Après une irathérapie, le médecin fait réaliser une scintigraphie. Cet examen permet de visualiser les cellules thyroïdiennes radioactives, qu'elles soient autour du site où se trouvait la thyroïde, ou au sein d'éventuelles métastases.

L'irathérapie présente plusieurs effets indésirables possibles, à savoir :

- des nausées,
- des difficultés à digérer,
- une inflammation des glandes salivaires,
- une sécheresse de la bouche et des yeux,
- des troubles du goût et de l'odorat,
- des douleurs au niveau du cou.

La radiothérapie en cas de cancer de la thyroïde

Dans le cadre du traitement des cancers de la thyroïde, la radiothérapie externe (rayons ionisants projetés à travers la peau du cou) n'est que rarement utilisée. Elle concerne les formes graves folliculaires et médullaires, ou le cancer anaplasique, en association avec une chimiothérapie. Elle se déroule habituellement sous la forme de cycles de 5 séances quotidiennes par semaine, pendant 5 à 7 semaines.

Après le traitement

Les personnes qui ont subi un traitement contre un cancer de la thyroïde font l'objet d'un suivi médical rapproché, afin de dépister rapidement d'éventuelles rechutes.

Ce suivi consiste en :

- un examen clinique ;
- des examens d'imagerie médicale (échographie du cou, parfois scintigraphie) ;
- des prises de sang pour mesurer les concentrations sanguines d'hormones thyroïdiennes, de TSH ou de thyroglobuline et de ses anticorps (voir ci-dessous).

Les consultations de suivi ont lieu à trois, six et douze mois après la fin du traitement.

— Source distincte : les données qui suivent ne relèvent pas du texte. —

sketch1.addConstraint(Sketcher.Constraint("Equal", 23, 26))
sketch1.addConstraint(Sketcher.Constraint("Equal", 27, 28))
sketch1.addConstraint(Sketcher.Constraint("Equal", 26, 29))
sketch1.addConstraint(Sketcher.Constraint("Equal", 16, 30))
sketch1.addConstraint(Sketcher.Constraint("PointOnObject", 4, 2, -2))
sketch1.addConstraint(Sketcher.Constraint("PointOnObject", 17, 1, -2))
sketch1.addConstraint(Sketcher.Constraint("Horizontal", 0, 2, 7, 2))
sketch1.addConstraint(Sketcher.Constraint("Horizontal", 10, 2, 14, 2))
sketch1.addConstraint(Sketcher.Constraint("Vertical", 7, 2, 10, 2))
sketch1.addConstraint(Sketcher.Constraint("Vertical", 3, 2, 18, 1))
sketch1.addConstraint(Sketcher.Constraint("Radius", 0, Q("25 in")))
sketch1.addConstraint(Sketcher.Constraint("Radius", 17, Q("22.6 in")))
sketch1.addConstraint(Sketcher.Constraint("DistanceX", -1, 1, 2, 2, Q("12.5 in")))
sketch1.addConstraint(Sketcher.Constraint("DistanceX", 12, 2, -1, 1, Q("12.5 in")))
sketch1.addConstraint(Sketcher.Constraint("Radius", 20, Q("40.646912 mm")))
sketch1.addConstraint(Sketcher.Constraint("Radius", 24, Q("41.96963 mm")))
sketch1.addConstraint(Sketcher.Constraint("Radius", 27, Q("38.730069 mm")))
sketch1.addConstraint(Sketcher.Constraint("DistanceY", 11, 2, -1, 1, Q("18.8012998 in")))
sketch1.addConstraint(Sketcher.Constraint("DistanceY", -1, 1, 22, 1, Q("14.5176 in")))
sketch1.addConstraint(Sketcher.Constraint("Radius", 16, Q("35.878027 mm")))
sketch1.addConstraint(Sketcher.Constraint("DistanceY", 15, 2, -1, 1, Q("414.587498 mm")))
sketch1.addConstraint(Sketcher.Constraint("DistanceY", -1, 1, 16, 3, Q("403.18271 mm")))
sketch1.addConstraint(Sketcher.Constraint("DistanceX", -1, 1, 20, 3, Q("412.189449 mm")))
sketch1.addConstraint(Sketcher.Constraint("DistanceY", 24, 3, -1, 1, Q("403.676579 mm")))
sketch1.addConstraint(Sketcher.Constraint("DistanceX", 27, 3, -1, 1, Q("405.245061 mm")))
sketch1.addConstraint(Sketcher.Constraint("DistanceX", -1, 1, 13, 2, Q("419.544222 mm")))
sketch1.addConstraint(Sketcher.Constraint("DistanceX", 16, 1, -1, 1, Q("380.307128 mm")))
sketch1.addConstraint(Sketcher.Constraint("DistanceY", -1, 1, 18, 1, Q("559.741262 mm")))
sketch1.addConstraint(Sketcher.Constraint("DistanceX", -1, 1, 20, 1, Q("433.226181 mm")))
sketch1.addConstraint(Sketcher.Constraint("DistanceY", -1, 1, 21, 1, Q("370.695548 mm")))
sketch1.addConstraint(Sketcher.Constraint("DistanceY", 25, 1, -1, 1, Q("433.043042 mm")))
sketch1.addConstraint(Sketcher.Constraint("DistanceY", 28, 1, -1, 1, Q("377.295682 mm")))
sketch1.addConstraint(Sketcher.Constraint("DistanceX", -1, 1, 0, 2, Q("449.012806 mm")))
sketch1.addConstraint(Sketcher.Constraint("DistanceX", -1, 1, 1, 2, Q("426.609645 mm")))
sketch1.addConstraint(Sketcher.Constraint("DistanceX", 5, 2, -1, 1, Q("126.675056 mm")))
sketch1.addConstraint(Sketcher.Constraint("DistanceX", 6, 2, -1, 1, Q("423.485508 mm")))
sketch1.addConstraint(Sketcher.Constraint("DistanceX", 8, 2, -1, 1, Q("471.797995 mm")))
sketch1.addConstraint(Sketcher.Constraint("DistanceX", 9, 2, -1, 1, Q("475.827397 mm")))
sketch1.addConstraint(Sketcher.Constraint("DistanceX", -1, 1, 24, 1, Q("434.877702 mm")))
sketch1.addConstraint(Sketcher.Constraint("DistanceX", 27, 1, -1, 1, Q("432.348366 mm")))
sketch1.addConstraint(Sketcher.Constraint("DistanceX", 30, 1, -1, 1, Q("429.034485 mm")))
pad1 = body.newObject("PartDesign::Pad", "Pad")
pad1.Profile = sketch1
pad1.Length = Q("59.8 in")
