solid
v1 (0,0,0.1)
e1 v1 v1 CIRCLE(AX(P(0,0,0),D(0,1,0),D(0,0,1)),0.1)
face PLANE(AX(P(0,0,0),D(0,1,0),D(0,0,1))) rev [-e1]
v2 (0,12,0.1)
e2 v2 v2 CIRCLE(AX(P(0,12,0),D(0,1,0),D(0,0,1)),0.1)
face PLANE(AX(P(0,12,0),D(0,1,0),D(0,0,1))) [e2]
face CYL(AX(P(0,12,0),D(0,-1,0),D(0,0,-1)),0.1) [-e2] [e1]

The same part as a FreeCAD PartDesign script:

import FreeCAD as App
import Part
import Sketcher
from FreeCAD import Vector
Q = App.Units.Quantity

doc = App.newDocument("Part")
body = doc.addObject("PartDesign::Body", "Body")

# Sketch on XZ plane
sketch1 = body.newObject("Sketcher::SketchObject", "Sketch")
sketch1.AttachmentSupport = (doc.getObject("XZ_Plane"), [""])
sketch1.MapMode = "FlatFace"
sketch1.addGeometry(Part.Circle(Vector(0, 0, 0), Vector(0, 0, 1), 0.1), False)
sketch1.addConstraint([
    Sketcher.Constraint("Coincident", 0, 3, -1, 1),
    Sketcher.Constraint("Diameter", 0, Q("0.2 mm")),
])
pad1 = body.newObject("PartDesign::Pad", "Pad")
pad1.Profile = sketch1
pad1.Length = 12
pad1.Reversed = True

doc.recompute()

Puis, si tout va bien, elles sont programmées tous les ans pendant au moins dix ans (voire toute la vie, pour les cancers médullaires liés à une prédisposition génétique).

Chez les personnes qui reçoivent des hormones thyroïdiennes à haute dose, des examens réguliers sont pratiqués pour dépister une éventuelle ostéoporose (chez les femmes ménopausées), ou des troubles du rythme cardiaque (chez les personnes âgées).

La thyroglobuline est une protéine fabriquée par les cellules folliculaires de la thyroïde. Elle sert de précurseur aux hormones thyroïdiennes. Lors d’un cancer folliculaire, les cellules cancéreuses produisent de grandes quantités de thyroglobuline, qui se retrouvent dans le sang.

Le suivi de la concentration sanguine de thyroglobuline permet de dépister la présence de cellules folliculaires qui seraient restées dans le corps malgré le traitement. Normalement, cette concentration diminue progressivement, jusqu'à devenir indétectable.

Pour être encore plus certain de la disparition des cellules folliculaires, le médecin fait aussi mesurer les anticorps de la thyroglobuline. Ceux-ci sont produits par le système immunitaire en présence de thyroglobuline, même lorsque celle-ci est en quantité infinitésimale. Si le traitement a été efficace, la concentration sanguine de ces anticorps va diminuer tout au long de la première année de suivi, puis ils disparaissent complètement au bout de deux à trois ans.